Reduce Historic Data: With a dataset that provides so much historic information, it made me think about how baseball has changed since 1871, If I was going to continue analyzing this data, I would explore some models only looking at a smaller time sample such as the last 20-30 years. It would also be interesting to see how baseball has changed before, during, and after the steroid era.
R Code:
library(car) #Functions used: VIF
library(leaps) #Functions Used: regsubsets
library(MASS)
baseball <- read.csv("F:/Baseball/MasterDataset.csv")
summary(baseball)
colnames(baseball)
#Top 10 Correlated Features
top10 <- lm(Wins ~ HitsbyBatters+RunsBattedIn+OutsPitched+AtBats+RunsScored+Rank+GamesPlayed+Walksbybatters+Doubles+FieldingPercentage, data=baseball)
summary(top10)
sqrt(mean(top10$residuals^2))
vif(top10)
#Top 10 Model - VIF Reduction Model
top5 <- lm(Wins ~ RunsScored+Rank+GamesPlayed+Walksbybatters+Doubles, data=baseball)
summary(top5)
sqrt(mean(top5$residuals^2))
vif(top5)
#BIC Model
bic_model <-regsubsets(Wins~., data = baseball,nbest=1)
plot(bic_model,scale="bic",main="Model Selection using BIC Criterion")
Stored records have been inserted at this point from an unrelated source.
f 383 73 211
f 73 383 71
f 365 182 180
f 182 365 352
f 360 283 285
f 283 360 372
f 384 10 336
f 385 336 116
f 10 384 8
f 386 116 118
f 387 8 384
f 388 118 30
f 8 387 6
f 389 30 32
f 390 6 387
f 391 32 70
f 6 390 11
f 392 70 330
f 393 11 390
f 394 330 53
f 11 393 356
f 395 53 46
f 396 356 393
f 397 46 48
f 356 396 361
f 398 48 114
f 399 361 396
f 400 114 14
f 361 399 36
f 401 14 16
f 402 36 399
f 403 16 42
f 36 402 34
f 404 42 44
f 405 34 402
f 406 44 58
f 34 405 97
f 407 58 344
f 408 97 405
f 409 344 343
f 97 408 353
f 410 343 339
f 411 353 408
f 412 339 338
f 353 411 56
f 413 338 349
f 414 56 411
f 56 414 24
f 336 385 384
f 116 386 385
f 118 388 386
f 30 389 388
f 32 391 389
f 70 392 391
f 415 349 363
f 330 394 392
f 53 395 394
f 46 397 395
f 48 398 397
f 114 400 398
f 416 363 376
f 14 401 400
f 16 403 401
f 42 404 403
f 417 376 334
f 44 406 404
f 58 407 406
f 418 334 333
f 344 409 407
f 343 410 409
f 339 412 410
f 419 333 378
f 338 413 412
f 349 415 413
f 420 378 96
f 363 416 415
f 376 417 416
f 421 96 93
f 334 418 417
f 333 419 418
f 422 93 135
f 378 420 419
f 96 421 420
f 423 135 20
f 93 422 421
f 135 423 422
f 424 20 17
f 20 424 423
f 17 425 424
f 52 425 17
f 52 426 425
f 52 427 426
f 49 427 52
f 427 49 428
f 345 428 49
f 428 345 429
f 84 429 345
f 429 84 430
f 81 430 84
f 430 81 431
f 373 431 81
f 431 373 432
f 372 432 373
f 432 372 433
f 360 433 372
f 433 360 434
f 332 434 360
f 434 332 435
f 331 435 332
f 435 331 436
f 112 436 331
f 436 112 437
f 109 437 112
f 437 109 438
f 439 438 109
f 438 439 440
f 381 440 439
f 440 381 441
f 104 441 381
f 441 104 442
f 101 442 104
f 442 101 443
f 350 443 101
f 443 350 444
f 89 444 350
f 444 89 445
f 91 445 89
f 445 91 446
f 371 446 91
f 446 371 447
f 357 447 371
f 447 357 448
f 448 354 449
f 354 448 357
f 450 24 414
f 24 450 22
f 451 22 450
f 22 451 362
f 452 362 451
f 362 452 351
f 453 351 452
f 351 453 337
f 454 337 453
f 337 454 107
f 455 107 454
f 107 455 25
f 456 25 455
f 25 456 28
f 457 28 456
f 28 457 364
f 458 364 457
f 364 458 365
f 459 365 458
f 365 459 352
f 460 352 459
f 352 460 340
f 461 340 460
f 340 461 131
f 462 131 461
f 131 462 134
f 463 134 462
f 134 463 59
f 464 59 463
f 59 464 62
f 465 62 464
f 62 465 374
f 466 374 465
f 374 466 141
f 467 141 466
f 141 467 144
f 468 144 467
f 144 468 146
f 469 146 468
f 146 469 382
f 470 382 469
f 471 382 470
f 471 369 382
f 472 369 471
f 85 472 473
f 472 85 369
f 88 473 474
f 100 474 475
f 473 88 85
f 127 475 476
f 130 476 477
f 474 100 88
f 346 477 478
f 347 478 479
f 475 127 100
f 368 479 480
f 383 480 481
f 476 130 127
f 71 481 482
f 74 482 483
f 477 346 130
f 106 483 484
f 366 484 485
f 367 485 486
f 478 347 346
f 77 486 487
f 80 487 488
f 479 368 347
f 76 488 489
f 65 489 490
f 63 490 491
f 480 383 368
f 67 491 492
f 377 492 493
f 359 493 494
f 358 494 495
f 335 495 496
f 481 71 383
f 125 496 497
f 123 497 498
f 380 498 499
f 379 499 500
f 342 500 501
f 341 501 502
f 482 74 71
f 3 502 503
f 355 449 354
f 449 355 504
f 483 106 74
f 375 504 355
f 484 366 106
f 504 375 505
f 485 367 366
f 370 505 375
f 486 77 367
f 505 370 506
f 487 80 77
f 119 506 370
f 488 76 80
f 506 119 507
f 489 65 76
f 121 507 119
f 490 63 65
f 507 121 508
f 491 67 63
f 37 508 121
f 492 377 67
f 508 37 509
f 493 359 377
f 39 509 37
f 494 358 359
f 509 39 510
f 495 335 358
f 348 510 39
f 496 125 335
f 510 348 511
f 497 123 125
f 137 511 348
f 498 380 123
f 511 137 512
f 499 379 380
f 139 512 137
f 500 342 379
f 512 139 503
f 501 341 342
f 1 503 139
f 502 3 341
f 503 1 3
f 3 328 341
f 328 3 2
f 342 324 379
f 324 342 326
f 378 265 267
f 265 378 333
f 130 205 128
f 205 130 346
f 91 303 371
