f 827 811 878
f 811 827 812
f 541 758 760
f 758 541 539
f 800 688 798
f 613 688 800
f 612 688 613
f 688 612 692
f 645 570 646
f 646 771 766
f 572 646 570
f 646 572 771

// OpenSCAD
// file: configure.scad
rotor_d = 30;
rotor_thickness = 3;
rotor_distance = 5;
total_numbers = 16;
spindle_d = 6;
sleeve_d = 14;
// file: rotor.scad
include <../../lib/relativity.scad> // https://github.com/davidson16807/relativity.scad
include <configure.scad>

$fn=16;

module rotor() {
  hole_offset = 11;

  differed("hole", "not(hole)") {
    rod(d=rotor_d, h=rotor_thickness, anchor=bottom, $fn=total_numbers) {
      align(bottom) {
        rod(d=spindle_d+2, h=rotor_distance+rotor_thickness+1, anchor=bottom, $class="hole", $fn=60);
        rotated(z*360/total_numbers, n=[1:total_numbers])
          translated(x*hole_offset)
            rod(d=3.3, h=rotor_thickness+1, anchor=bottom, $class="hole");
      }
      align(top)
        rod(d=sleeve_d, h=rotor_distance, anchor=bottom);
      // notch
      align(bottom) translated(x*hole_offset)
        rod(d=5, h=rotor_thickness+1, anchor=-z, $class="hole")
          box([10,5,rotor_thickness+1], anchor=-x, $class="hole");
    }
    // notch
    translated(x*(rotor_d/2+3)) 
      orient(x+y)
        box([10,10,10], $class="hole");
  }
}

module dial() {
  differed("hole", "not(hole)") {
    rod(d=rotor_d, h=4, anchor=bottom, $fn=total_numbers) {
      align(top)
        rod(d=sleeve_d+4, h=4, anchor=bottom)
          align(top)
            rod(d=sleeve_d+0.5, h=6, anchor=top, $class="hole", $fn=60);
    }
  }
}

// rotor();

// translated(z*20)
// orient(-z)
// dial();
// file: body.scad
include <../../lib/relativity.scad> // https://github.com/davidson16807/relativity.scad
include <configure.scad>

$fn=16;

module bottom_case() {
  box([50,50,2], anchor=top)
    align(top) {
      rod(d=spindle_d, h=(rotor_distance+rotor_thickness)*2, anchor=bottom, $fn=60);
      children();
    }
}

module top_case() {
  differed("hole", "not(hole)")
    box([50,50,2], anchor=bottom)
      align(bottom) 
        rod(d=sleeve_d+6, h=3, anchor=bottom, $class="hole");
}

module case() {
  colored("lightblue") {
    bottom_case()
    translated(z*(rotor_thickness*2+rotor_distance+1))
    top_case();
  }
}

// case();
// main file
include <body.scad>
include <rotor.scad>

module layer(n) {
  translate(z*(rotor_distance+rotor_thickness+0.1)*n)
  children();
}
plot(bic_model,scale="r2",main="Model Selection using BIC Criterion")
summary(bic_model)
bic_results <- lm(Wins ~ HitsbyBatters+OutsPitched+AtBats+RunsScored+Rank+Opponentsrunsscored+Shutouts+Saves+RunsBattedIn, data=baseball)
summary(bic_results)
sqrt(mean(bic_results$residuals^2))
vif(bic_results)
#BIC Model - VIF Reduction
bic_final <- lm(Wins ~ OutsPitched+RunsScored+Rank+Opponentsrunsscored+Shutouts+Saves, data=baseball)
summary(bic_results)
sqrt(mean(bic_final$residuals^2))